Tuesday, 5 January 2016

The Birthday Thing

Birthdays just have not featured large in my life. As others whose birthdays are so close to a major holiday know, a birthday isn't a big day. Don't get me wrong. Our birthday was marked as special and it was never forgotten but it was not a big deal inside my head. Well it is, but it is a quiet and intimate kind of thing.

When your birthday happens far away from Christmas, there is a little build up when you are a kid. "What do I want for my birthday?" "What will I get?" The dreaming of presents plays large in the minds of children but I suspect the build up to a birthday is what remains with you all your life. Your birthday is coming up and you are excited because that is how it always is.

When you have a birthday right after Christmas, you don't ever feel that birthday build up.  Ever. Your build up is Christmas and as a kid you are still too satisfied with your Christmas stuff to worry about birthday presents. Generally. Even if your Christmas didn't get you the specific thing you really, really wanted (Lego), you did get things that were wonderful like the dollhouse which I am sure I wanted just as much.


This exact dollhouse in fact. (The picture is stolen shamelessly from an expired ebay listing but the picture remains, floating forever on the net) My sister and I got one like this for Christmas. My brother got a barn. Best Christmas ever. Ranks high in the family memory for many reasons but mostly that my dad made cow pies for the little plastic cows in my brother's barn. This kind.

See? Cow pies. It was a farm kid thing. For an embarrassing number of years I did not know what regular people called these. They were cow pies to me.

What birthday present could ever come up to that memory? None that ever stayed with me, though I am sure that they would have, had my birthday not been so close after Christmas. It was not at all that I didn't get a birthday or a present at all. It was just that it really was hard for a birthday to live up to Christmas.

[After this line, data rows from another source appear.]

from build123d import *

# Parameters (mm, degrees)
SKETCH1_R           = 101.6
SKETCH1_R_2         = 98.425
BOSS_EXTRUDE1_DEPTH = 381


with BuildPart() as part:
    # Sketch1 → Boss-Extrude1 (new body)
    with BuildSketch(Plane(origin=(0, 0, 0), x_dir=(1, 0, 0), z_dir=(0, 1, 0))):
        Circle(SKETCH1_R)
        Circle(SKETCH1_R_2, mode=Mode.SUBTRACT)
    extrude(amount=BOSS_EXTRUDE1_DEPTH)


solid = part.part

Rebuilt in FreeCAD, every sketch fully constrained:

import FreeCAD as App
import Part
import Sketcher
from FreeCAD import Vector
Q = App.Units.Quantity

doc = App.newDocument("Part")
body = doc.addObject("PartDesign::Body", "Body")

# Sketch on XZ plane
sketch1 = body.newObject("Sketcher::SketchObject", "Sketch")
sketch1.AttachmentSupport = (doc.getObject("XZ_Plane"), [""])
sketch1.MapMode = "FlatFace"
sketch1.addGeometry(Part.Circle(Vector(0, 0, 0), Vector(0, 0, 1), 102), False)
sketch1.addGeometry(Part.Circle(Vector(0, 0, 0), Vector(0, 0, 1), 98), False)
sketch1.addConstraint(Sketcher.Constraint("Coincident", 0, 3, -1, 1))
sketch1.addConstraint(Sketcher.Constraint("Coincident", 1, 3, -1, 1))
sketch1.addConstraint(Sketcher.Constraint("Diameter", 0, Q("8 in")))
sketch1.addConstraint(Sketcher.Constraint("Diameter", 1, Q("7.75 in")))
pad1 = body.newObject("PartDesign::Pad", "Pad")
pad1.Profile = sketch1
pad1.Length = Q("15 in")
pad1.Reversed = True

doc.recompute()
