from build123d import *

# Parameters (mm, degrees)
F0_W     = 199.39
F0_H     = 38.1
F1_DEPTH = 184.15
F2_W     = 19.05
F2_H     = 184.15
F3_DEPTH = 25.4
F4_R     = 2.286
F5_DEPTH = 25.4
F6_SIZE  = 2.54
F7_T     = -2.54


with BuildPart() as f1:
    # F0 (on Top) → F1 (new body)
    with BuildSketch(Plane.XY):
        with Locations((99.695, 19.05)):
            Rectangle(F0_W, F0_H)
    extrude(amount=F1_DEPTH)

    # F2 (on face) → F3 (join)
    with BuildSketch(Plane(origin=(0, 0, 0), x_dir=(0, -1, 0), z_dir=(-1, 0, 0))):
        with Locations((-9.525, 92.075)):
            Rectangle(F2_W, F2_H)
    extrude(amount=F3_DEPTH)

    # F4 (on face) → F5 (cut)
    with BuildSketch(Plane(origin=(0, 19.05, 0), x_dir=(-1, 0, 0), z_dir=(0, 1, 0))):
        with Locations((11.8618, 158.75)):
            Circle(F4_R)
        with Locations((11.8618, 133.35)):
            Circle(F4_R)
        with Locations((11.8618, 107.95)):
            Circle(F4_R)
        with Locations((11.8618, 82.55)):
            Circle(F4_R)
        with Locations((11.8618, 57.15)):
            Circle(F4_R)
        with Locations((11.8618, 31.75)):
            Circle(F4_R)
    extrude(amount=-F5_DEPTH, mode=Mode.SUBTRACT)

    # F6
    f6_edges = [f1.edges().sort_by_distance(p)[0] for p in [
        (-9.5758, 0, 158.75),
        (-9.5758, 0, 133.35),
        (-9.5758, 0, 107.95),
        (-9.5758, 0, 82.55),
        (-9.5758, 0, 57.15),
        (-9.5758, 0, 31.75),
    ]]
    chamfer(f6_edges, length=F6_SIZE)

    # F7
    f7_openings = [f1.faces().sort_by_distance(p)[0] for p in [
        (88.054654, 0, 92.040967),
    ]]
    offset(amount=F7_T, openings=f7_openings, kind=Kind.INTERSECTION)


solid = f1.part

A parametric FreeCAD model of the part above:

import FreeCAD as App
import Part
import Sketcher
Q = App.Units.Quantity


def edges_at(feature, points):
    """Names of the edges that pass closest to the given points."""
    edges = feature.Shape.Edges
    near = lambda p: min(range(len(edges)), key=lambda i: edges[i].distToShape(Part.Vertex(*p))[0])
    return sorted({f"Edge{near(p) + 1}" for p in points})


def faces_at(feature, points):
    """Names of the faces that lie closest to the given points."""
    faces = feature.Shape.Faces
    near = lambda p: min(range(len(faces)), key=lambda i: faces[i].distToShape(Part.Vertex(*p))[0])
    return sorted({f"Face{near(p) + 1}" for p in points})


def add_polygon(sketch, points):
    """Adds a closed chain of lines whose ends are joined by coincident constraints."""
    first, n = sketch.GeometryCount, len(points)
    for a, b in zip(points, points[1:] + points[:1]):
        sketch.addGeometry(Part.LineSegment(App.Vector(*a, 0), App.Vector(*b, 0)), False)
    for i in range(n):
        sketch.addConstraint(Sketcher.Constraint("Coincident", first + i, 2, first + (i + 1) % n, 1))

doc = App.newDocument("Part")
body = doc.addObject("PartDesign::Body", "Body")

# Sketch on XY plane
sketch1 = body.newObject("Sketcher::SketchObject", "Sketch")
sketch1.AttachmentSupport = (doc.getObject("XY_Plane"), [""])
sketch1.MapMode = "FlatFace"
add_polygon(sketch1, [(0, 38), (0, 0), (199, 0), (199, 38)])  # lines 0-3
sketch1.addConstraint(Sketcher.Constraint("Vertical", 0))
sketch1.addConstraint(Sketcher.Constraint("Horizontal", 1))
sketch1.addConstraint(Sketcher.Constraint("Vertical", 2))
sketch1.addConstraint(Sketcher.Constraint("Horizontal", 3))
sketch1.addConstraint(Sketcher.Constraint("Coincident", 0, 2, -1, 1))
sketch1.addConstraint(Sketcher.Constraint("DistanceY", 0, 2, 0, 1, Q("1.5 in")))
sketch1.addConstraint(Sketcher.Constraint("DistanceX", 1, 1, 1, 2, Q("7.85 in")))
pad1 = body.newObject("PartDesign::Pad", "Pad")
pad1.Profile = sketch1
pad1.Length = Q("7.25 in")

# Sketch on YZ plane
sketch2 = body.newObject("Sketcher::SketchObject", "Sketch001")
sketch2.AttachmentSupport = (doc.getObject("YZ_Plane"), [""])
sketch2.MapMode = "FlatFace"
add_polygon(sketch2, [(19, 184), (19, 0), (0, 0), (0, 184)])  # lines 0-3
sketch2.addConstraint(Sketcher.Constraint("Vertical", 0))
sketch2.addConstraint(Sketcher.Constraint("Horizontal", 1))
sketch2.addConstraint(Sketcher.Constraint("Vertical", 2))
sketch2.addConstraint(Sketcher.Constraint("Horizontal", 3))
sketch2.addConstraint(Sketcher.Constraint("Coincident", 1, 2, -1, 1))
sketch2.addConstraint(Sketcher.Constraint("DistanceX", 1, 2, 1, 1, Q("0.75 in")))
sketch2.addConstraint(Sketcher.Constraint("DistanceY", 0, 2, 0, 1, Q("7.25 in")))
pad2 = body.newObject("PartDesign::Pad", "Pad001")
pad2.Profile = sketch2
pad2.Length = Q("1 in")
pad2.Reversed = True

# Sketch on XZ plane
sketch3 = body.newObject("Sketcher::SketchObject", "Sketch002")
sketch3.AttachmentSupport = (doc.getObject("XZ_Plane"), [""])
sketch3.MapMode = "FlatFace"
sketch3.AttachmentOffset = App.Placement(App.Vector(0, 0, -0.75 * 25.4), App.Rotation())
sketch3.addGeometry(Part.Circle(App.Vector(-11.9, 158.8, 0), App.Vector(0, 0, 1), 2.3), False)
sketch3.addGeometry(Part.Circle(App.Vector(-11.9, 133.3, 0), App.Vector(0, 0, 1), 2.3), False)
sketch3.addGeometry(Part.Circle(App.Vector(-11.9, 108, 0), App.Vector(0, 0, 1), 2.3), False)
sketch3.addGeometry(Part.Circle(App.Vector(-11.9, 82.5, 0), App.Vector(0, 0, 1), 2.3), False)
sketch3.addGeometry(Part.Circle(App.Vector(-11.9, 57.1, 0), App.Vector(0, 0, 1), 2.3), False)
sketch3.addGeometry(Part.Circle(App.Vector(-11.9, 31.8, 0), App.Vector(0, 0, 1), 2.3), False)
sketch3.addConstraint(Sketcher.Constraint("Equal", 0, 1))
sketch3.addConstraint(Sketcher.Constraint("Equal", 1, 2))
sketch3.addConstraint(Sketcher.Constraint("Equal", 2, 3))
sketch3.addConstraint(Sketcher.Constraint("Equal", 3, 4))
sketch3.addConstraint(Sketcher.Constraint("Equal", 4, 5))
sketch3.addConstraint(Sketcher.Constraint("Vertical", 0, 3, 1, 3))
sketch3.addConstraint(Sketcher.Constraint("Vertical", 1, 3, 2, 3))
sketch3.addConstraint(Sketcher.Constraint("Vertical", 2, 3, 3, 3))
sketch3.addConstraint(Sketcher.Constraint("Vertical", 3, 3, 4, 3))
sketch3.addConstraint(Sketcher.Constraint("Vertical", 4, 3, 5, 3))
sketch3.addConstraint(Sketcher.Constraint("Diameter", 0, Q("0.18 in")))
sketch3.addConstraint(Sketcher.Constraint("DistanceY", 1, 3, 0, 3, Q("1 in")))
sketch3.addConstraint(Sketcher.Constraint("DistanceY", 2, 3, 1, 3, Q("1 in")))
sketch3.addConstraint(Sketcher.Constraint("DistanceY", 3, 3, 2, 3, Q("1 in")))
sketch3.addConstraint(Sketcher.Constraint("DistanceY", 4, 3, 3, 3, Q("1 in")))
sketch3.addConstraint(Sketcher.Constraint("DistanceY", 5, 3, 4, 3, Q("1 in")))
sketch3.addConstraint(Sketcher.Constraint("DistanceY", -1, 1, 0, 3, Q("6.25 in")))
sketch3.addConstraint(Sketcher.Constraint("DistanceX", 0, 3, -1, 1, Q("0.467 in")))
pocket1 = body.newObject("PartDesign::Pocket", "Pocket")
pocket1.Profile = sketch3
pocket1.Length = Q("1 in")
pocket1.Reversed = True
doc.recompute()

chamfer = body.newObject("PartDesign::Chamfer", "Chamfer")
chamfer.Base = (pocket1, edges_at(pocket1, [
    (-9.576, 0, 158.75),
    (-9.576, 0, 133.35),
    (-9.576, 0, 107.95),
    (-9.576, 0, 82.55),
    (-9.576, 0, 57.15),
    (-9.576, 0, 31.75),
]))
chamfer.Size = Q("0.1 in")
doc.recompute()

thickness = body.newObject("PartDesign::Thickness", "Thickness")
thickness.Base = (chamfer, faces_at(chamfer, [(86.995, 0, 92.075)]))
thickness.Value = Q("0.1 in")
thickness.Reversed = True
thickness.Join = "Intersection"

doc.recompute()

Without that buildup, you have an entirely different relationship to your birthday. My birthday became a day that was very personal to me, a day where the best part is doing what gives me great personal satisfaction.  

I am not quite sure how that happened, but it is possible that it is connected to how I felt about doing the dishes. I hated doing dishes. On your birthday, you didn't have to do the dishes. All the other kids had to and you could go watch TV with dad or you could get a book and read, or you could play with that wonderful aforementioned dollhouse and your brother's barn. He couldn't stop you. He was drying dishes.

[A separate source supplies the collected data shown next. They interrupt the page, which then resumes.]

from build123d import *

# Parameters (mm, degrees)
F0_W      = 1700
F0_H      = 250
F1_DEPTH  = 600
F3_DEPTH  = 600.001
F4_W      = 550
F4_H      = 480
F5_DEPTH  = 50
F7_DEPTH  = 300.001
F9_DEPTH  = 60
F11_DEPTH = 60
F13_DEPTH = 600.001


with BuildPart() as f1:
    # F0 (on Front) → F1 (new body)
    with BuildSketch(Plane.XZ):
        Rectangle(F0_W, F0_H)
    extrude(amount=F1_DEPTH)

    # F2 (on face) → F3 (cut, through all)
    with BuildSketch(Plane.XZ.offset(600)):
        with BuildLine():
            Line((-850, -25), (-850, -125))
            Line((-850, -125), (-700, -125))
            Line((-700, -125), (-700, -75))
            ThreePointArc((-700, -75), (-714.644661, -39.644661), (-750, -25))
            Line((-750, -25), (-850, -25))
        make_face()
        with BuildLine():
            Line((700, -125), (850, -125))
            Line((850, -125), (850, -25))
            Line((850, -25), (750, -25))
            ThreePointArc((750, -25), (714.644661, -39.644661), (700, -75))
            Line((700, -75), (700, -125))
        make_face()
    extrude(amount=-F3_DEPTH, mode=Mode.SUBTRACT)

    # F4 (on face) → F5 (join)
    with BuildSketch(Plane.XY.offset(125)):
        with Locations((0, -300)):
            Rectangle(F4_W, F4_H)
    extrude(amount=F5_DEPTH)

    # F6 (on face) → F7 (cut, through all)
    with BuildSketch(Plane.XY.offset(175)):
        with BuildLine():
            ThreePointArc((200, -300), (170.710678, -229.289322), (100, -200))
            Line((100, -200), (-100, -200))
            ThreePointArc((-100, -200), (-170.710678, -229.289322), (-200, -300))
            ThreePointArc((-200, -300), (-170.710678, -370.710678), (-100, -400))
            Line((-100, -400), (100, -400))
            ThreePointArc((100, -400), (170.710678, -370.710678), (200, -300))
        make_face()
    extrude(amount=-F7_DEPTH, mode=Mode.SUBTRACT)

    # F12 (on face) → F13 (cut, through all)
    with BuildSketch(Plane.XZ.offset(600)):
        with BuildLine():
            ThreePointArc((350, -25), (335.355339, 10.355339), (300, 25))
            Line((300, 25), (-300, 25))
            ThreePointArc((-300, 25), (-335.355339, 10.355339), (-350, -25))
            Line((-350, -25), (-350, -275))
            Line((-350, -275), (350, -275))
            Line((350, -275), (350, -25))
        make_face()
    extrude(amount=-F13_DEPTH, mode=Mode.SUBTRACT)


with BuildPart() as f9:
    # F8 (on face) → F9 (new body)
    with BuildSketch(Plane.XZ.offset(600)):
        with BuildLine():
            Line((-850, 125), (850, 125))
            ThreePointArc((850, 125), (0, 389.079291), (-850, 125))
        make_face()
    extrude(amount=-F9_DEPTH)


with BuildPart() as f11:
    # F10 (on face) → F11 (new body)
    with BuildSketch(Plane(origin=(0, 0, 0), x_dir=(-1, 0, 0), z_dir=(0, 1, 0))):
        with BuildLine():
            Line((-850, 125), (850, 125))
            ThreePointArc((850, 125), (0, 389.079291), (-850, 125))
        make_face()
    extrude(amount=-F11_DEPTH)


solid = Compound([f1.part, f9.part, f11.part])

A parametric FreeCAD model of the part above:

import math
import FreeCAD as App
import Part
import Sketcher
from FreeCAD import Vector


def add_polygon(sketch, points):
    """Adds a closed chain of lines whose ends are joined by coincident constraints."""
    first, n = sketch.GeometryCount, len(points)
    for a, b in zip(points, points[1:] + points[:1]):
        sketch.addGeometry(Part.LineSegment(App.Vector(*a, 0), App.Vector(*b, 0)), False)
    for i in range(n):
        sketch.addConstraint(Sketcher.Constraint("Coincident", first + i, 2, first + (i + 1) % n, 1))

doc = App.newDocument("Part")
body = doc.addObject("PartDesign::Body", "Body")

# Sketch on XZ plane
sketch1 = body.newObject("Sketcher::SketchObject", "Sketch")
sketch1.AttachmentSupport = (doc.getObject("XZ_Plane"), [""])
sketch1.MapMode = "FlatFace"
add_polygon(sketch1, [(-850, 125), (-850, -125), (850, -125), (850, 125)])  # lines 0-3
sketch1.addConstraint([
    Sketcher.Constraint("Vertical", 0),
    Sketcher.Constraint("Horizontal", 1),
    Sketcher.Constraint("Vertical", 2),
    Sketcher.Constraint("Horizontal", 3),
    Sketcher.Constraint("Symmetric", 0, 2, 2, 2, -1, 1),
    Sketcher.Constraint("DistanceX", 1, 1, 1, 2, 1700.0),
    Sketcher.Constraint("DistanceY", 0, 2, 0, 1, 250.0),
])
pad1 = body.newObject("PartDesign::Pad", "Pad")
pad1.Profile = sketch1
pad1.Length = 600

# Sketch on XZ plane
sketch2 = body.newObject("Sketcher::SketchObject", "Sketch001")
sketch2.AttachmentSupport = (doc.getObject("XZ_Plane"), [""])
sketch2.MapMode = "FlatFace"
sketch2.AttachmentOffset = App.Placement(Vector(0, 0, 600), App.Rotation())
sketch2.addGeometry([
    Part.LineSegment(Vector(-850, -25, 0), Vector(-850, -125, 0)),  # 0
    Part.LineSegment(Vector(-850, -125, 0), Vector(-700, -125, 0)),  # 1
    Part.LineSegment(Vector(-700, -125, 0), Vector(-700, -75, 0)),  # 2
    Part.ArcOfCircle(Part.Circle(Vector(-750, -75, 0), Vector(0, 0, 1), 50), math.radians(0), math.radians(90)),  # 3
    Part.LineSegment(Vector(-750, -25, 0), Vector(-850, -25, 0)),  # 4
    Part.LineSegment(Vector(700, -125, 0), Vector(850, -125, 0)),  # 5
    Part.LineSegment(Vector(850, -125, 0), Vector(850, -25, 0)),  # 6
    Part.LineSegment(Vector(850, -25, 0), Vector(750, -25, 0)),  # 7
    Part.ArcOfCircle(Part.Circle(Vector(750, -75, 0), Vector(0, 0, 1), 50), math.radians(90), math.radians(180)),  # 8
    Part.LineSegment(Vector(700, -75, 0), Vector(700, -125, 0)),  # 9
], False)
sketch2.addConstraint([
    Sketcher.Constraint("Coincident", 0, 2, 1, 1),
    Sketcher.Constraint("Coincident", 1, 2, 2, 1),
    Sketcher.Constraint("Tangent", 2, 2, 3, 1),
    Sketcher.Constraint("Tangent", 3, 2, 4, 1),
    Sketcher.Constraint("Coincident", 4, 2, 0, 1),
    Sketcher.Constraint("Coincident", 5, 2, 6, 1),
    Sketcher.Constraint("Coincident", 6, 2, 7, 1),
    Sketcher.Constraint("Tangent", 7, 2, 8, 1),
    Sketcher.Constraint("Tangent", 8, 2, 9, 1),
    Sketcher.Constraint("Coincident", 9, 2, 5, 1),
    Sketcher.Constraint("Vertical", 0),
    Sketcher.Constraint("Horizontal", 1),
    Sketcher.Constraint("Vertical", 2),
    Sketcher.Constraint("Horizontal", 4),
    Sketcher.Constraint("Horizontal", 5),
    Sketcher.Constraint("Vertical", 6),
    Sketcher.Constraint("Horizontal", 7),
    Sketcher.Constraint("Vertical", 9),
    Sketcher.Constraint("Equal", 3, 8),
    Sketcher.Constraint("Symmetric", 3, 3, 8, 3, -2),
    Sketcher.Constraint("Symmetric", 0, 2, 5, 2, -2),
    Sketcher.Constraint("Equal", 7, 0),
    Sketcher.Constraint("Radius", 3, 50.0),
    Sketcher.Constraint("DistanceX", 1, 1, 1, 2, 150.0),
    Sketcher.Constraint("DistanceX", 3, 3, -1, 1, 750.0),
    Sketcher.Constraint("DistanceY", 3, 3, -1, 1, 75.0),
])
pocket1 = body.newObject("PartDesign::Pocket", "Pocket")
pocket1.Profile = sketch2
pocket1.Type = "ThroughAll"

# Sketch on XY plane
sketch3 = body.newObject("Sketcher::SketchObject", "Sketch002")
sketch3.AttachmentSupport = (doc.getObject("XY_Plane"), [""])
sketch3.MapMode = "FlatFace"
sketch3.AttachmentOffset = App.Placement(Vector(0, 0, 125), App.Rotation())
add_polygon(sketch3, [(-275, -60), (-275, -540), (275, -540), (275, -60)])  # lines 0-3
sketch3.addConstraint([
    Sketcher.Constraint("Vertical", 0),
    Sketcher.Constraint("Horizontal", 1),
    Sketcher.Constraint("Vertical", 2),
    Sketcher.Constraint("Horizontal", 3),
    Sketcher.Constraint("DistanceX", 1, 1, 1, 2, 550.0),
    Sketcher.Constraint("DistanceY", 0, 2, 0, 1, 480.0),
    Sketcher.Constraint("DistanceX", 0, 2, -1, 1, 275.0),
    Sketcher.Constraint("DistanceY", 0, 2, -1, 1, 540.0),
])
pad2 = body.newObject("PartDesign::Pad", "Pad001")
pad2.Profile = sketch3
pad2.Length = 50

# Sketch on XY plane
sketch4 = body.newObject("Sketcher::SketchObject", "Sketch003")
sketch4.AttachmentSupport = (doc.getObject("XY_Plane"), [""])
sketch4.MapMode = "FlatFace"
sketch4.AttachmentOffset = App.Placement(Vector(0, 0, 175), App.Rotation())
sketch4.addGeometry([
    Part.ArcOfCircle(Part.Circle(Vector(100, -300, 0), Vector(0, 0, 1), 100), math.radians(0), math.radians(90)),  # 0
    Part.LineSegment(Vector(100, -200, 0), Vector(-100, -200, 0)),  # 1
    Part.ArcOfCircle(Part.Circle(Vector(-100, -300, 0), Vector(0, 0, 1), 100), math.radians(90), math.radians(180)),  # 2
    Part.ArcOfCircle(Part.Circle(Vector(-100, -300, 0), Vector(0, 0, 1), 100), math.radians(-180), math.radians(-90)),  # 3
    Part.LineSegment(Vector(-100, -400, 0), Vector(100, -400, 0)),  # 4
    Part.ArcOfCircle(Part.Circle(Vector(100, -300, 0), Vector(0, 0, 1), 100), math.radians(-90), math.radians(0)),  # 5
], False)
sketch4.addConstraint([
    Sketcher.Constraint("Tangent", 0, 2, 1, 1),
    Sketcher.Constraint("Tangent", 1, 2, 2, 1),
    Sketcher.Constraint("Tangent", 2, 2, 3, 1),
    Sketcher.Constraint("Tangent", 3, 2, 4, 1),
    Sketcher.Constraint("Tangent", 4, 2, 5, 1),
    Sketcher.Constraint("Tangent", 5, 2, 0, 1),
    Sketcher.Constraint("Horizontal", 1),
    Sketcher.Constraint("Horizontal", 4),
    Sketcher.Constraint("Equal", 0, 2),
    Sketcher.Constraint("Equal", 2, 3),
    Sketcher.Constraint("Symmetric", 2, 2, 5, 2, -2),
    Sketcher.Constraint("Horizontal", 5, 3, 2, 2),
    Sketcher.Constraint("Radius", 0, 100.0),
    Sketcher.Constraint("DistanceX", 1, 2, 1, 1, 200.0),
    Sketcher.Constraint("DistanceY", 0, 3, -1, 1, 300.0),
])
pocket2 = body.newObject("PartDesign::Pocket", "Pocket001")
pocket2.Profile = sketch4
pocket2.Type = "ThroughAll"

# Sketch on XZ plane
sketch5 = body.newObject("Sketcher::SketchObject", "Sketch004")
sketch5.AttachmentSupport = (doc.getObject("XZ_Plane"), [""])
sketch5.MapMode = "FlatFace"
sketch5.AttachmentOffset = App.Placement(Vector(0, 0, 600), App.Rotation())
sketch5.addGeometry([
    Part.ArcOfCircle(Part.Circle(Vector(300, -25, 0), Vector(0, 0, 1), 50), math.radians(0), math.radians(90)),  # 0
    Part.LineSegment(Vector(300, 25, 0), Vector(-300, 25, 0)),  # 1
    Part.ArcOfCircle(Part.Circle(Vector(-300, -25, 0), Vector(0, 0, 1), 50), math.radians(90), math.radians(180)),  # 2
    Part.LineSegment(Vector(-350, -25, 0), Vector(-350, -275, 0)),  # 3
    Part.LineSegment(Vector(-350, -275, 0), Vector(350, -275, 0)),  # 4
    Part.LineSegment(Vector(350, -275, 0), Vector(350, -25, 0)),  # 5
], False)
sketch5.addConstraint([
    Sketcher.Constraint("Tangent", 0, 2, 1, 1),
    Sketcher.Constraint("Tangent", 1, 2, 2, 1),
    Sketcher.Constraint("Tangent", 2, 2, 3, 1),
    Sketcher.Constraint("Coincident", 3, 2, 4, 1),
    Sketcher.Constraint("Coincident", 4, 2, 5, 1),
    Sketcher.Constraint("Tangent", 5, 2, 0, 1),
    Sketcher.Constraint("Horizontal", 1),
    Sketcher.Constraint("Vertical", 3),
    Sketcher.Constraint("Horizontal", 4),
    Sketcher.Constraint("Vertical", 5),
    Sketcher.Constraint("Equal", 0, 2),
    Sketcher.Constraint("Radius", 0, 50.0),
    Sketcher.Constraint("DistanceX", 1, 2, 1, 1, 600.0),
    Sketcher.Constraint("DistanceY", 3, 2, 3, 1, 250.0),
    Sketcher.Constraint("DistanceX", -1, 1, 0, 3, 300.0),
    Sketcher.Constraint("DistanceY", 0, 3, -1, 1, 25.0),
])
pocket3 = body.newObject("PartDesign::Pocket", "Pocket002")
pocket3.Profile = sketch5
pocket3.Type = "ThroughAll"
body2 = doc.addObject("PartDesign::Body", "Body001")

# Sketch on XZ plane
sketch6 = body2.newObject("Sketcher::SketchObject", "Sketch005")
sketch6.AttachmentSupport = (doc.getObject("XZ_Plane001"), [""])
sketch6.MapMode = "FlatFace"
sketch6.AttachmentOffset = App.Placement(Vector(0, 0, 600), App.Rotation())
sketch6.addGeometry([
    Part.LineSegment(Vector(-850, 125, 0), Vector(850, 125, 0)),
    Part.ArcOfCircle(Part.Circle(Vector(0, -1110.920707, 0), Vector(0, 0, 1), 1499.999998), math.radians(55.481892), math.radians(124.518108)),
], False)
sketch6.addConstraint([
    Sketcher.Constraint("Coincident", 0, 1, 1, 2),
    Sketcher.Constraint("Coincident", 1, 1, 0, 2),
    Sketcher.Constraint("Horizontal", 0),
    Sketcher.Constraint("PointOnObject", 1, 3, -2),
    Sketcher.Constraint("DistanceX", 0, 1, 0, 2, 1700.0),
    Sketcher.Constraint("DistanceY", -1, 1, 0, 1, 125.0),
    Sketcher.Constraint("Radius", 1, 1499.999998),
])
pad3 = body2.newObject("PartDesign::Pad", "Pad002")
pad3.Profile = sketch6
pad3.Length = 60
pad3.Reversed = True
body3 = doc.addObject("PartDesign::Body", "Body002")

# Sketch on XZ plane
sketch7 = body3.newObject("Sketcher::SketchObject", "Sketch006")
sketch7.AttachmentSupport = (doc.getObject("XZ_Plane002"), [""])
sketch7.MapMode = "FlatFace"
sketch7.addGeometry([
    Part.LineSegment(Vector(850, 125, 0), Vector(-850, 125, 0)),
    Part.ArcOfCircle(Part.Circle(Vector(0, -1110.920707, 0), Vector(0, 0, 1), 1499.999998), math.radians(55.481892), math.radians(124.518108)),
], False)
sketch7.addConstraint([
    Sketcher.Constraint("Coincident", 0, 1, 1, 1),
    Sketcher.Constraint("Coincident", 1, 2, 0, 2),
    Sketcher.Constraint("Horizontal", 0),
    Sketcher.Constraint("PointOnObject", 1, 3, -2),
    Sketcher.Constraint("DistanceX", 0, 2, 0, 1, 1700.0),
    Sketcher.Constraint("DistanceY", -1, 1, 0, 1, 125.0),
    Sketcher.Constraint("Radius", 1, 1499.999998),
])
pad4 = body3.newObject("PartDesign::Pad", "Pad003")
pad4.Profile = sketch7
pad4.Length = 60

doc.recompute()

Birthdays were a day where you could do something special, just for yourself, something that you really wanted to do. And that is still how I see and celebrate my birthday, doing something that I really want to do. Some years, I baked bread for my birthday. Some years, I played games and read out loud to my kids. Some years, I knit. Some years, I recovered love seats, well a love seat. Some years, I play in my yarn stash. Some years, I read a good book and some years I just play with them, moving and rearranging my library. What I never ever do on my birthday is dishes. Seriously. Never.

My birthday just means something different to me. It is deeply personal and intimate, this quiet sense of satisfaction, the quiet sense of accomplishment, the quiet sense of delight, of joy. It isn't anything weird like I am trying to hide from my number of years. It is just that I feel a little uncomfortable when other's acknowledge such a personal day. 

And all because my mom and dad gave me the gift of not needing to do dishes on a birthday. Seriously. Big. Gift.